In summary, our study indicates a nominal role of JAZF1 and BCL11A variants in T2D susceptibility in African-Americans. However, this work suggests little overlap in known susceptibility to T2D between European and African-derived populations if focusing on GWAS SNPs alone. Differences in linkage disequilibrium patterns may result in poor proxies for the tested Caucasian-attributed SNPs in AA populations. In addition, the small effect of the variants may require much larger populations to observe notable associations. Results from GWAS studies in African-Americans are awaited with interest, but further fine mapping studies based on deep sequencing of candidate regions of a representative AA cohort within areas of interest identified in Caucasian GWAS studies may be helpful to target ethnicity-specific genetic risk factors for T2D. Alternatively, as suggested by our study, T2D-associated SNPs may function as cis-regulatory elements and alter the expression of nearby genes, which may fall into certain unknown pathways that contribute to the development of T2D, where the effect size might be different across different populations because of different genetic and/or environmental backgrounds.

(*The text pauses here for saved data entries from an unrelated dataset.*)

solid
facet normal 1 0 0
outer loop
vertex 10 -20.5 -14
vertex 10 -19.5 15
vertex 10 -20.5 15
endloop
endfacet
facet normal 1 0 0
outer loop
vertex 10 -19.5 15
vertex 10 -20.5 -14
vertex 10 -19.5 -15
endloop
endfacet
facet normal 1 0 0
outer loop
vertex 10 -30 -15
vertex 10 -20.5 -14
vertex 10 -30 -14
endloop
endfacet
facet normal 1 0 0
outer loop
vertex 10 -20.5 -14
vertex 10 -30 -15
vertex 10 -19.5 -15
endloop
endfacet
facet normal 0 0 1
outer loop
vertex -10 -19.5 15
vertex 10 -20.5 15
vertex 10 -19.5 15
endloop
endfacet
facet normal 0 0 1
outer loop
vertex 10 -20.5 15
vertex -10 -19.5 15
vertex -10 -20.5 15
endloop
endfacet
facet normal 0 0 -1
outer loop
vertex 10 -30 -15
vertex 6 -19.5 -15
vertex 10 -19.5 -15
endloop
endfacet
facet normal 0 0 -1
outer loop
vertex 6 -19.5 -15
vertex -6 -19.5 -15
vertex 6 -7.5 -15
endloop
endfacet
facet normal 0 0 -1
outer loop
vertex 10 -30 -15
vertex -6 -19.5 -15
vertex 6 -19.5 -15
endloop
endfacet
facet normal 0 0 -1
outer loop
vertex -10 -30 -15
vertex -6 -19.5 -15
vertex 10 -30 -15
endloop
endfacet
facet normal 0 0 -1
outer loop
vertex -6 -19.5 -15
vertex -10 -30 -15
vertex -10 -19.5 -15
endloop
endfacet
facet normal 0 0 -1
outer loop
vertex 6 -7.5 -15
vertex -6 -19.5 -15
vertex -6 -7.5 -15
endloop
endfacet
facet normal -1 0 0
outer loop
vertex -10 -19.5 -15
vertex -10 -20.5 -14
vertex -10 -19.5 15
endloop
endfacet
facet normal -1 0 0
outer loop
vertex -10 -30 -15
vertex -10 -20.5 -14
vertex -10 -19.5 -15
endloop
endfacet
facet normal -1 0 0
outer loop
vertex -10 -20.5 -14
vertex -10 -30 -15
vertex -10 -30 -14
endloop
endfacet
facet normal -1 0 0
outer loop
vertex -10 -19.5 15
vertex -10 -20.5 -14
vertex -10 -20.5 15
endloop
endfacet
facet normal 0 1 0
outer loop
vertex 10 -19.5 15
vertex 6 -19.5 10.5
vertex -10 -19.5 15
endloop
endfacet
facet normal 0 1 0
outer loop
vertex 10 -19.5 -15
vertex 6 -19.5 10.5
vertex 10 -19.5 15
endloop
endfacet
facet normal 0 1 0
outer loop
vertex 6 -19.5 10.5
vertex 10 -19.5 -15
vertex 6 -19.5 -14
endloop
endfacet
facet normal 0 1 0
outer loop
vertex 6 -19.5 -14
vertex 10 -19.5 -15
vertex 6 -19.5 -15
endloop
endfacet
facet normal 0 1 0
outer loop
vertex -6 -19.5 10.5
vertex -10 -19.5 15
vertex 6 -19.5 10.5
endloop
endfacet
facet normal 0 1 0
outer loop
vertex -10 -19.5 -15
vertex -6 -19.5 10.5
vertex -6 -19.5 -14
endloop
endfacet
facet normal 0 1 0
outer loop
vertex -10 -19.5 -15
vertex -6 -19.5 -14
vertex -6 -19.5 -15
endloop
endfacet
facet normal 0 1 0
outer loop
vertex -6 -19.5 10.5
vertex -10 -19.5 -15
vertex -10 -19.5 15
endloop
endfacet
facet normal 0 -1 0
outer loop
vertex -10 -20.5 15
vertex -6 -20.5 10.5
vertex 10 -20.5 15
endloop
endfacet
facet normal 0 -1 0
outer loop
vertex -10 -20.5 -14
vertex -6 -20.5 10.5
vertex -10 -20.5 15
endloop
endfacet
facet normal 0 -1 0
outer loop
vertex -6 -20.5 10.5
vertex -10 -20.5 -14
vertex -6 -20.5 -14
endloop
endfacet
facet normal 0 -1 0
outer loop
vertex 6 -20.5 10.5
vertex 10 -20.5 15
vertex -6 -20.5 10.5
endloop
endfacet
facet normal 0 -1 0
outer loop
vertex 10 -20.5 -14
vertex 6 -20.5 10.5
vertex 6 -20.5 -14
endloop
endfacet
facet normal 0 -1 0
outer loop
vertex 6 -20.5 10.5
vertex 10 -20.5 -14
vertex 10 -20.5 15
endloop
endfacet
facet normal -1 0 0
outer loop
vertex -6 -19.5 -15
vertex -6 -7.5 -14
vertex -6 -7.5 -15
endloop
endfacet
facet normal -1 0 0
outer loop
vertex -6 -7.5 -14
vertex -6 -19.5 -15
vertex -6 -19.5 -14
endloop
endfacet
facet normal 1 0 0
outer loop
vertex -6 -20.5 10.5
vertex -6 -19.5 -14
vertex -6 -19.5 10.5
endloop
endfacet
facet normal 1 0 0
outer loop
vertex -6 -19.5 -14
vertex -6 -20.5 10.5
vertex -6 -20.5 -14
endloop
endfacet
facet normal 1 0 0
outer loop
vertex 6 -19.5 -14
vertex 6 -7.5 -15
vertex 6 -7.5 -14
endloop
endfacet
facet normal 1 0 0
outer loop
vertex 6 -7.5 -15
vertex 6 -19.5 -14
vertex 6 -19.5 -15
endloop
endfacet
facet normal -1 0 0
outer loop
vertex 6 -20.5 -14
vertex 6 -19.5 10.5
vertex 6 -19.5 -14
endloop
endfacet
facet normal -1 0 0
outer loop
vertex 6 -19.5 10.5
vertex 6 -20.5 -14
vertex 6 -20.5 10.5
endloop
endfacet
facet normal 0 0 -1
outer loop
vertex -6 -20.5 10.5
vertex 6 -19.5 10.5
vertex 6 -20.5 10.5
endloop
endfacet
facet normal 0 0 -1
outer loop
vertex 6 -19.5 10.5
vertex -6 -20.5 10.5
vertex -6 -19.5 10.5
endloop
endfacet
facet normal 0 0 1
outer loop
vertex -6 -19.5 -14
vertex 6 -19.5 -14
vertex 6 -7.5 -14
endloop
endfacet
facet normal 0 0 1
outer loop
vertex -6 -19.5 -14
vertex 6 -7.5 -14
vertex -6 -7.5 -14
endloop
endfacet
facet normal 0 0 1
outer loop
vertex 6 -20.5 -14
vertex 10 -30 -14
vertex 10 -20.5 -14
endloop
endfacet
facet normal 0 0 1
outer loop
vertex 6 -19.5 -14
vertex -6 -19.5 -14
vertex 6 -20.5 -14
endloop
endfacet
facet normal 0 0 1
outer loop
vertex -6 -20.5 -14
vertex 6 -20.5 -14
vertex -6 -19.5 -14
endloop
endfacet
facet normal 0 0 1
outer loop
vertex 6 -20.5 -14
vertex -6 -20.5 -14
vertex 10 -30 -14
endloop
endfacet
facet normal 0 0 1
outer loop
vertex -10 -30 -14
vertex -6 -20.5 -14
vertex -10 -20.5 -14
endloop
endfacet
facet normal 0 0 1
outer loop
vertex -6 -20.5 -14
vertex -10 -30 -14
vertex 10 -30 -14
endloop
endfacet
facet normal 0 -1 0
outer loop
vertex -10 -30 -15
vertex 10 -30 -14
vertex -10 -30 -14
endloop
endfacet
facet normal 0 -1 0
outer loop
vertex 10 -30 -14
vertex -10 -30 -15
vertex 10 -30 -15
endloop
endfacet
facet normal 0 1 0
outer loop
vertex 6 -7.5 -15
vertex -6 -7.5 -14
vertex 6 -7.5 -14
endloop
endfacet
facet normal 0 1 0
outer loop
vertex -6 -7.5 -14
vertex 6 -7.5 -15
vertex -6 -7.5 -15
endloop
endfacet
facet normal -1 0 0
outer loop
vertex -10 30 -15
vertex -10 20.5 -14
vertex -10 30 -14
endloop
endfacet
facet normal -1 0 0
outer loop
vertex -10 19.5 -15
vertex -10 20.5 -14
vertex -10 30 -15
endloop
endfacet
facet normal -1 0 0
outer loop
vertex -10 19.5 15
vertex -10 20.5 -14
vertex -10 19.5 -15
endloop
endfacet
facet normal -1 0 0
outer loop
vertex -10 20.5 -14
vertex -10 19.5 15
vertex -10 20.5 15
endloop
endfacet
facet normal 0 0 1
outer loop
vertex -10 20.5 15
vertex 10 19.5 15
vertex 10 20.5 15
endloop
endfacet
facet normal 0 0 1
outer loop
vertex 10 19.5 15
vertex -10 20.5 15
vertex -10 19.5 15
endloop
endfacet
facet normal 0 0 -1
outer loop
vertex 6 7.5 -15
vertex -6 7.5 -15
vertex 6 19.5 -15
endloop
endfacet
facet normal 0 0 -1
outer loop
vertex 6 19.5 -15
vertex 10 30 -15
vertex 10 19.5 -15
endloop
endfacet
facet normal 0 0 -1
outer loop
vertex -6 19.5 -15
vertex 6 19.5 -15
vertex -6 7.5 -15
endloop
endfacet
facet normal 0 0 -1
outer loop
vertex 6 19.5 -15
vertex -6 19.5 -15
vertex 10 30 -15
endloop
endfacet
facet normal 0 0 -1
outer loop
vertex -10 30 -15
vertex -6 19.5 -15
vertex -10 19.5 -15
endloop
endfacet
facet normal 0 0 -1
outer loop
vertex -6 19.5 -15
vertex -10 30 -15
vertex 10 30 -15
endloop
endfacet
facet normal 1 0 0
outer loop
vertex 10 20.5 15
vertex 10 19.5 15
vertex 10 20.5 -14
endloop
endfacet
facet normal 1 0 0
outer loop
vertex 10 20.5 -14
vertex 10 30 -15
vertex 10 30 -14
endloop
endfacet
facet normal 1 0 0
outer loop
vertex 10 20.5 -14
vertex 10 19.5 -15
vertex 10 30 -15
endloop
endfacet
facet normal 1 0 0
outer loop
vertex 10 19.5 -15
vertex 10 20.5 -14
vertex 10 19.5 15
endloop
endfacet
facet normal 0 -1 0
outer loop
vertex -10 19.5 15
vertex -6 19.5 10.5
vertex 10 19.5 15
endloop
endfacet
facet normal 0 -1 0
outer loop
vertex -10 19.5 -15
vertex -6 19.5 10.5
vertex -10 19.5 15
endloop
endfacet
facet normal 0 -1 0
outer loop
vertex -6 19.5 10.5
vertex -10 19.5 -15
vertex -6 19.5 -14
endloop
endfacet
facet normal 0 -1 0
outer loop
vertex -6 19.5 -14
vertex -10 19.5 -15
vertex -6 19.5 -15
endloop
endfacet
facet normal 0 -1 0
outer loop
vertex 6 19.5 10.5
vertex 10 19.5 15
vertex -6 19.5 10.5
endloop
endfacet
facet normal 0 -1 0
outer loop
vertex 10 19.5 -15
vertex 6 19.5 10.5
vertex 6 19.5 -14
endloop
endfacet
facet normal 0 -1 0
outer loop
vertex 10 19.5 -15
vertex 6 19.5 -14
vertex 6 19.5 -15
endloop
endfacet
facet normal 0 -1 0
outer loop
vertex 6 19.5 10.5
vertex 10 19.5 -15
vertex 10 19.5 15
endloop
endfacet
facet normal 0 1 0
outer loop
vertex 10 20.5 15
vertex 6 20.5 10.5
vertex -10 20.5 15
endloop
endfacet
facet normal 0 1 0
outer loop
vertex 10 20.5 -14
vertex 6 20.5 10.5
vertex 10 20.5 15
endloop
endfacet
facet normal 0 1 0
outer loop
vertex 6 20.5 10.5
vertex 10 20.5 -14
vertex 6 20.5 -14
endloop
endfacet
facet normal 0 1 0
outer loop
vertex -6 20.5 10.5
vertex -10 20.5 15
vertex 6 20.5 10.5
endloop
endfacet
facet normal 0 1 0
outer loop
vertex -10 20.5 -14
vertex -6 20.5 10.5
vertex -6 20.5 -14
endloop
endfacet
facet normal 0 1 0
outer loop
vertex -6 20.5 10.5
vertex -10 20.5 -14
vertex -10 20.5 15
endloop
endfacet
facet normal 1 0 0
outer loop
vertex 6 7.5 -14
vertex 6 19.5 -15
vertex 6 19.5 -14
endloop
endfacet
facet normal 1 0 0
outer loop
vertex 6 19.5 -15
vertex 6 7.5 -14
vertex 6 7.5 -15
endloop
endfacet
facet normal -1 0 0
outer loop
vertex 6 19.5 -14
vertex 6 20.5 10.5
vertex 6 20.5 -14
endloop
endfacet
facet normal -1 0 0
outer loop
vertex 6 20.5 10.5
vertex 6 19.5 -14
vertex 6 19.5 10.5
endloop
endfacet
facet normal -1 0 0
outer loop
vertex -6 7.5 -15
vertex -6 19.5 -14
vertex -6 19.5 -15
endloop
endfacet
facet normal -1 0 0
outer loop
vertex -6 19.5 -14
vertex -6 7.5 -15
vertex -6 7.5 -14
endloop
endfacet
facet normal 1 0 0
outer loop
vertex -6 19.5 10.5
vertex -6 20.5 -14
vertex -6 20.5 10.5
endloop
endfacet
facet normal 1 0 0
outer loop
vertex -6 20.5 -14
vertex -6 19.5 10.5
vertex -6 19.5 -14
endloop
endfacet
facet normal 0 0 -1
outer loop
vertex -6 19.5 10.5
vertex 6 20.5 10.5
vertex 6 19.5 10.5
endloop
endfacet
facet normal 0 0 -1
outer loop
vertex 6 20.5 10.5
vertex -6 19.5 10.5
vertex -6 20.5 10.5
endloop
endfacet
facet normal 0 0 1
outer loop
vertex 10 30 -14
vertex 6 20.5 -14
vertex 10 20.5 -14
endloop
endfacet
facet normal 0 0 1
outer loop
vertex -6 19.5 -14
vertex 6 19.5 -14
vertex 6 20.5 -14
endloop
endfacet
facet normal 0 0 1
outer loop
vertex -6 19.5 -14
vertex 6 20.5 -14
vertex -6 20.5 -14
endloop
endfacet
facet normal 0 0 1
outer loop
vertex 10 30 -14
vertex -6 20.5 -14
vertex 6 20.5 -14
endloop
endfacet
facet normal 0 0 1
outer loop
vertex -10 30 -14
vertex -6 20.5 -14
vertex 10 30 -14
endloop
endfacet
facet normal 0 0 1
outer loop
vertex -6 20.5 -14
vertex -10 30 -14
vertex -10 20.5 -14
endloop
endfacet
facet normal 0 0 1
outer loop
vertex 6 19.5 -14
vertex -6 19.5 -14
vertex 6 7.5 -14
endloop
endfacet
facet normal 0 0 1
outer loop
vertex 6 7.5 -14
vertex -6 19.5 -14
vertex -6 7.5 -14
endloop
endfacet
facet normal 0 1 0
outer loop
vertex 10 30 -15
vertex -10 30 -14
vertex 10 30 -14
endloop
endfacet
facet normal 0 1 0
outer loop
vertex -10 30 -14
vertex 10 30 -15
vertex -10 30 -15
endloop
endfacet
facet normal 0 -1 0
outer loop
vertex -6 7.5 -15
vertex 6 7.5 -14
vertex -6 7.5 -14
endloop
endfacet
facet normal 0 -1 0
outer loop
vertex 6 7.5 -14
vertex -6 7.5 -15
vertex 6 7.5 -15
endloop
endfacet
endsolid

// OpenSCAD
module bookEnd(x, y, z, mirror)
{ 
		//If we want a mirrored book end, move the bookends around a bunch
		angle = (mirror == true) ? 180 : 0;
		moretranslate = (mirror == true) ? -50 : 0;
		lesstranslate = (mirror == false) ? -20 : 0;

		// Combines all of the shapes and angles them properly
		rotate([0,0,angle]) translate([x, y+moretranslate+lesstranslate, z]) union()
		{
			// Creates the vertical section of the bookend
			difference()
			{
				cube(size = [20, 1, 30], center = true);
				rotate([90,0,0]) translate([0,-2,0]) cube(size = [12, 25, 30], center = true);
			}
			
			// Book-facing end (bottom)
			translate([0,-5,-14.5]) cube(size = [20, 10, 1], center = true);
			// Brace end (bottom)
			translate([0,5,-14.5]) cube(size = [12, 15, 1], center = true);
		}
	
}

// Creates the two book ends
// left bookend
bookEnd(0,0,0,false);
// right bookend
bookEnd(0,30,0,true);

Lymphoblast cell lines may not be the most relevant cell types to evaluate T2D- and metabolism- related eQTLs. Thus, a limitation of the current screening of eQTLs in this study was that we only had transformed lymphoblast cell line gene expression data available for the reported GWAS SNPs. However, several studies revealed that eQTLs in tissues relevant to T2D and associated metabolic disorders (for example, adipose) significantly overlap with eQTLs in lymphoblast cell lines.36, 37 Functional studies of regulatory variants, as well as regulated genes per se, would be essential to uncover the T2D-susceptibility genes from multiple GWAS hits.